In the traditional bell nozzle the engine skirt is shaped to gradually flare out from the small-diameter exit from the combustion chamber, growing larger as you move away from the chamber. The basic idea is to lower the pressure of the exhaust by expanding it in the nozzle, until it reaches ambient air pressure at the exit. For operations at sea level the skirt is generally short and highly angled, at least in comparison to a skirt designed for operations in space, which are longer and more gradually shaped. This means that a rocket engine that spends any significant amount of time climbing through the atmosphere cannot be optimally shaped; as it climbs the ambient pressure changes, so the exact shape and length of the skirt would have to change in order to maintain the proper pressure. Rocket designers have to select the sweet spot that is most appropriate to their needs, realizing that this will reduce thrust by as much as 30% at other altitudes.
The expanding nozzle addresses this to a degree by including two skirts on a single engine, one inside the other. The first skirt, attached directly to the combustion chamber, is designed for use at lower altitudes and is short and squat. The second, sitting outside the first, fits over the lower altitude bell to extend it into a longer and narrower (measured in terms of length) bell used for higher altitudes. At liftoff the outer bell is pulled up from the inner bell, out of the way of the exhaust. As the spacecraft climbs, the outer bell is pushed back down over the inner bell to increase the thrust efficiency. Thus an expanding nozzle can have two sweet spots, which can lead to a major improvement in overall performance.

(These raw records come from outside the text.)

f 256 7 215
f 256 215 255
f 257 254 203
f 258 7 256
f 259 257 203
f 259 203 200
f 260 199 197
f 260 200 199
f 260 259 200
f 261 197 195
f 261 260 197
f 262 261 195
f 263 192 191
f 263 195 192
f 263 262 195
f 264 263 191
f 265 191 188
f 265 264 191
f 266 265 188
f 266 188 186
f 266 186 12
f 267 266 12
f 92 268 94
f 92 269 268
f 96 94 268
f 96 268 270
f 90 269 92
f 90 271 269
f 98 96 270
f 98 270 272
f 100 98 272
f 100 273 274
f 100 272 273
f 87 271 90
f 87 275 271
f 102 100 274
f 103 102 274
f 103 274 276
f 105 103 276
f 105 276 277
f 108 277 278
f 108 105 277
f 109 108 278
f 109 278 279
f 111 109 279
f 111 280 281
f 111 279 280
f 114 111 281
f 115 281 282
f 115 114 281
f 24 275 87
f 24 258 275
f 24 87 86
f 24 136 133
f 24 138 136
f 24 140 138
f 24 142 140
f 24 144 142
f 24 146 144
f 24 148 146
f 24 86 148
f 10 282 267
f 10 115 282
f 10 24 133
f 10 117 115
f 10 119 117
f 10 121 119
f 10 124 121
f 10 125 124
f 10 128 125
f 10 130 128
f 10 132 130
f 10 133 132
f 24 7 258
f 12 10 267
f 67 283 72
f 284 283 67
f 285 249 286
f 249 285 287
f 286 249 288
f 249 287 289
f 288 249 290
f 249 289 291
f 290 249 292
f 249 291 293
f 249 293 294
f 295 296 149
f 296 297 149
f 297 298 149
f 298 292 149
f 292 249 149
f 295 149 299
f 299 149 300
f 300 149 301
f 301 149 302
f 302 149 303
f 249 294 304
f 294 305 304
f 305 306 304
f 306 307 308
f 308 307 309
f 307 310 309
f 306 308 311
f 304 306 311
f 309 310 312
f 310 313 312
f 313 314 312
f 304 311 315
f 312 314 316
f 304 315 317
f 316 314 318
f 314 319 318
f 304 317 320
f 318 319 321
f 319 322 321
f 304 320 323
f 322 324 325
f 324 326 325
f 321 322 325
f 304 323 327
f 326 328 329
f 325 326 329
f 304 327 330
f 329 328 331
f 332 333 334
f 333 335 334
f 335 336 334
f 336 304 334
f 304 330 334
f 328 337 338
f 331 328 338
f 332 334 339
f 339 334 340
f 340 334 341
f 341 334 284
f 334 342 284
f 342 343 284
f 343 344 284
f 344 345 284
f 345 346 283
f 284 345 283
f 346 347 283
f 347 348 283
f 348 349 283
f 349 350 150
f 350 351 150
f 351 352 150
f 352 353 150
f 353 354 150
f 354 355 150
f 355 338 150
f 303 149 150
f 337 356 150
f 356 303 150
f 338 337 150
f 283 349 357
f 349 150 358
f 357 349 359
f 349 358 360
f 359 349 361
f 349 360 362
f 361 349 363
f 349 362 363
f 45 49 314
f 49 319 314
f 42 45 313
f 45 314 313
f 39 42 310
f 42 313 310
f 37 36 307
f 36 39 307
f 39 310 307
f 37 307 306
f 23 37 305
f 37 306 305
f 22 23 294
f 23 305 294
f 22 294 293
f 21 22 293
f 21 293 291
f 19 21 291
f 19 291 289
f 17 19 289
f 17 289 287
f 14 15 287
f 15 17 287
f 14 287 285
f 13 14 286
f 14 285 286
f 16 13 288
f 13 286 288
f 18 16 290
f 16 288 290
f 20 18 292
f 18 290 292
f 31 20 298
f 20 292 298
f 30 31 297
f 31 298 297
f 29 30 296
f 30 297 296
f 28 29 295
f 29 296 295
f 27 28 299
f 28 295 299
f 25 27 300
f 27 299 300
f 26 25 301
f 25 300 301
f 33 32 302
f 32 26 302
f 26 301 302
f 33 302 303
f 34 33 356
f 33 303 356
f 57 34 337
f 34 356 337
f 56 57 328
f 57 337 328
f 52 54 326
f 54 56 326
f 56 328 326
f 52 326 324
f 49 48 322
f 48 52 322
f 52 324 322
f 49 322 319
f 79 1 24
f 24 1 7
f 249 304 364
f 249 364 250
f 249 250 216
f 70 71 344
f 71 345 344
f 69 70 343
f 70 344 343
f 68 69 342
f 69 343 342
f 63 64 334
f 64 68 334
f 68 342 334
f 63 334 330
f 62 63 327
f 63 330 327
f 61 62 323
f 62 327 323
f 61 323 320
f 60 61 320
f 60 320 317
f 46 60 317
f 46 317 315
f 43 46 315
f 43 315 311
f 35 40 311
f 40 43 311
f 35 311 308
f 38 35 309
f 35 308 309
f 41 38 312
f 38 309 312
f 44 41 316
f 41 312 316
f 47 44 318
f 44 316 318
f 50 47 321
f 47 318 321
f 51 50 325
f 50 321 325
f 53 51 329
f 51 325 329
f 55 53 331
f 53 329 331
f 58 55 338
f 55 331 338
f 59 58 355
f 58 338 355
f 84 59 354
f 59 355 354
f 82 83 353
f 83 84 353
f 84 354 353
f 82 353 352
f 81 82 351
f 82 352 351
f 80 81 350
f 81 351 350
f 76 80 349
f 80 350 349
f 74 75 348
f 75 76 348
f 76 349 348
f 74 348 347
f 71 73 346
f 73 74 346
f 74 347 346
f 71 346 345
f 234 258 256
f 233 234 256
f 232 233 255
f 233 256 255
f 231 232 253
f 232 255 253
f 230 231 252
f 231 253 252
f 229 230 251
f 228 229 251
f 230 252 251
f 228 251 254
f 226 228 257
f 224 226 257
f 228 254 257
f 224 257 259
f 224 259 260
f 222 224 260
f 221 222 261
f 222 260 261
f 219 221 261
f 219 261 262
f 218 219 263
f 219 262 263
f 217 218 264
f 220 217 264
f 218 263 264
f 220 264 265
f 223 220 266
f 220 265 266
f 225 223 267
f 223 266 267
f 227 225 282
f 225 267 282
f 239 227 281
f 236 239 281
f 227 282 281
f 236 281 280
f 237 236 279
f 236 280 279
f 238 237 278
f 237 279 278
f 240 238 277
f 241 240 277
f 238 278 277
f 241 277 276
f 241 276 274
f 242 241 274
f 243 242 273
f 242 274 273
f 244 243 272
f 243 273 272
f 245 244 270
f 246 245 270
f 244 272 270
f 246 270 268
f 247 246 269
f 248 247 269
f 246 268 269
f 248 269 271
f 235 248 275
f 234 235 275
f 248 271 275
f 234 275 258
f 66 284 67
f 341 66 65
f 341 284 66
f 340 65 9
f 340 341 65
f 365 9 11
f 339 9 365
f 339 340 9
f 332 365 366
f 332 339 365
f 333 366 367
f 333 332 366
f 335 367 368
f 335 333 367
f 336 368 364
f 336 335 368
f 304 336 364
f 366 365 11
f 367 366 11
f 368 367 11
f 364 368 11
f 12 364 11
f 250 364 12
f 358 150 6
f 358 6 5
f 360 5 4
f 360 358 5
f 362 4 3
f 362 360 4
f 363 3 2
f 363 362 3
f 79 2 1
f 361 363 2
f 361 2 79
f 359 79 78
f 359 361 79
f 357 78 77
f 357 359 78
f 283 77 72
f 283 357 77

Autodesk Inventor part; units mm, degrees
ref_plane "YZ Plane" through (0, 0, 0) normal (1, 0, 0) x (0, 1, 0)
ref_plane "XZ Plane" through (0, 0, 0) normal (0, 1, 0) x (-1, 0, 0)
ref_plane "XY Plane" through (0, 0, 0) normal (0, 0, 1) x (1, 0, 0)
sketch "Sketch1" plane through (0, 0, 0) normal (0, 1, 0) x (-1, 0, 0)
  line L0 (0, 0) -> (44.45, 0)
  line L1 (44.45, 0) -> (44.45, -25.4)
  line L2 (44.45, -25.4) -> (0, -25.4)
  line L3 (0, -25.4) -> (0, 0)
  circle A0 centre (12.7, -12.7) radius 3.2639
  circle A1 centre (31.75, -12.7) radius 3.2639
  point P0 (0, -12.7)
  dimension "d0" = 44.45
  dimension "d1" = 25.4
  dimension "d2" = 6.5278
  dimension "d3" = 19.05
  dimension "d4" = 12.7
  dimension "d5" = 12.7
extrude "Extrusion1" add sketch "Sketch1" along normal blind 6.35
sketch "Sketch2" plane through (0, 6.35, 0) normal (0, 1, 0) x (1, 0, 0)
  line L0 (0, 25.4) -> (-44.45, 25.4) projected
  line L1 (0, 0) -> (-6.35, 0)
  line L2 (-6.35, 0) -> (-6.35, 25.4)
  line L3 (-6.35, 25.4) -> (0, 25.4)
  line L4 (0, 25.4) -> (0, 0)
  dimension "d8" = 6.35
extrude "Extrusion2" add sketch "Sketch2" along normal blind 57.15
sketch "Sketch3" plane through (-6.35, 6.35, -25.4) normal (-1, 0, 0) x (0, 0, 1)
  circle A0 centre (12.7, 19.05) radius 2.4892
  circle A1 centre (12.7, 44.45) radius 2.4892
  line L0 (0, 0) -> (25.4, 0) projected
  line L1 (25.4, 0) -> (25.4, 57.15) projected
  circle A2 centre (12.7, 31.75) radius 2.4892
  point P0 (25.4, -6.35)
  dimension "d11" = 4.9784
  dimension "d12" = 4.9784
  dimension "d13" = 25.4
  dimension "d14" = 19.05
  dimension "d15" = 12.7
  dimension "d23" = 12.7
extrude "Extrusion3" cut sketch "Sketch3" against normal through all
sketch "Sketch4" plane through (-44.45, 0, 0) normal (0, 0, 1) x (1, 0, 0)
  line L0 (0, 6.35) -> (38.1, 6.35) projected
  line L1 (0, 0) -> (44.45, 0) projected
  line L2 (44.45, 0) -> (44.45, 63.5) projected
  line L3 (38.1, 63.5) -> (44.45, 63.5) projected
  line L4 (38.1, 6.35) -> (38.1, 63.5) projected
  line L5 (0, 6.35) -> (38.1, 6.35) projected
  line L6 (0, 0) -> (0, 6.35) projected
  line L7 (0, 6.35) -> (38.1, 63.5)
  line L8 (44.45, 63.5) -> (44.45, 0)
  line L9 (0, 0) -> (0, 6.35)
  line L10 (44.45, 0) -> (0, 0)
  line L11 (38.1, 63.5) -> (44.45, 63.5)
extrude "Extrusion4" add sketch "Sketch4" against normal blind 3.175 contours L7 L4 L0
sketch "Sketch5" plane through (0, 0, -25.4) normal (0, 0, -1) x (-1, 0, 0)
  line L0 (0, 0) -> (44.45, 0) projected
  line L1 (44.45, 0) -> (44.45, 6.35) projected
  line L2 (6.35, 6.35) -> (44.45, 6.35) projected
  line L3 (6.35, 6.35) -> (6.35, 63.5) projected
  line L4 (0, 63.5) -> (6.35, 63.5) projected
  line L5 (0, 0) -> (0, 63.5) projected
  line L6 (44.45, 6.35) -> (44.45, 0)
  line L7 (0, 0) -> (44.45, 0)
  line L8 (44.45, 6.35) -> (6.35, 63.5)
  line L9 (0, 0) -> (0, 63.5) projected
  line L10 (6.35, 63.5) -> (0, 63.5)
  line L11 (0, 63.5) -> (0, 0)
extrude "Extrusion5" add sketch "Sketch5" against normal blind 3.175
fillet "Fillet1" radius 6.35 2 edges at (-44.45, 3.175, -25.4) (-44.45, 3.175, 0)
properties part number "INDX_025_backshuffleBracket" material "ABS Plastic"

Generally simple in concept, the expanding nozzle is considerably more complex to build than it might seem. Engine bells must be cooled to avoid damage from the hot rocket exhaust, and this has presented problems in expansing nozzle designs. The cooling is normally accomplished by running either the oxidizer or fuel (in the case of LH2 fueled engines) though tubing in the bell. With the bell moving, plumbing carrying the coolant to the bell has to be flexible and this increases complexity to the extent that the advantages of the design are often considered too costly. In the case of liquid hydrogen, the fluid also has the disadvantage of being highly reactive chemically, making a variety of common flexible materials unsuitable for use in this role. It is also possible to use ablative materials in place of the active cooling systems, thereby reducing the complexity, but it appears this relatively modern technique has not been applied to the expanding nozzle technology in known systems.
The first engine to include an expanding nozzle appears to be the Rocketdyne RS-129. The RS-129 was developed in order to power a McDonnell Aircraft boost-glide aircraft design that was entered as part of the Project ISINGLASS (or RHEINBERRY) study looking at follow-on designs to replace the Lockheed A-12 that was just entering service. It was a liquid oxygen/liquid hydrogen design that used staged combustion and generated about 250,000 lbf (1.1 MN) thrust. A related design appears to be the "HG-1", which was described as being a direct predecessor of the SSME, although the exact relationship between the RS-129 and HG-1 is unclear. In any event, the work on the RS-129 was later enlarged to produce the SSME, which was also originally designed to use an expanding nozzle. Since these engines are fired from the point of liftoff into extra-atmospheric space flight, any sort of altitude compensation could dramatically improve their overall performance. The expanding nozzle was later abandoned in a cost-cutting phase, and today the SSME suffers a 25% loss of performance at low altitude as a result.
Glushko has used an expanding nozzle on one design, the RD-701 tripropellant rocket. Funding ran out with the fall of the Soviet state, but the designers are convinced the engine has potential and have approached several parties for additional funding.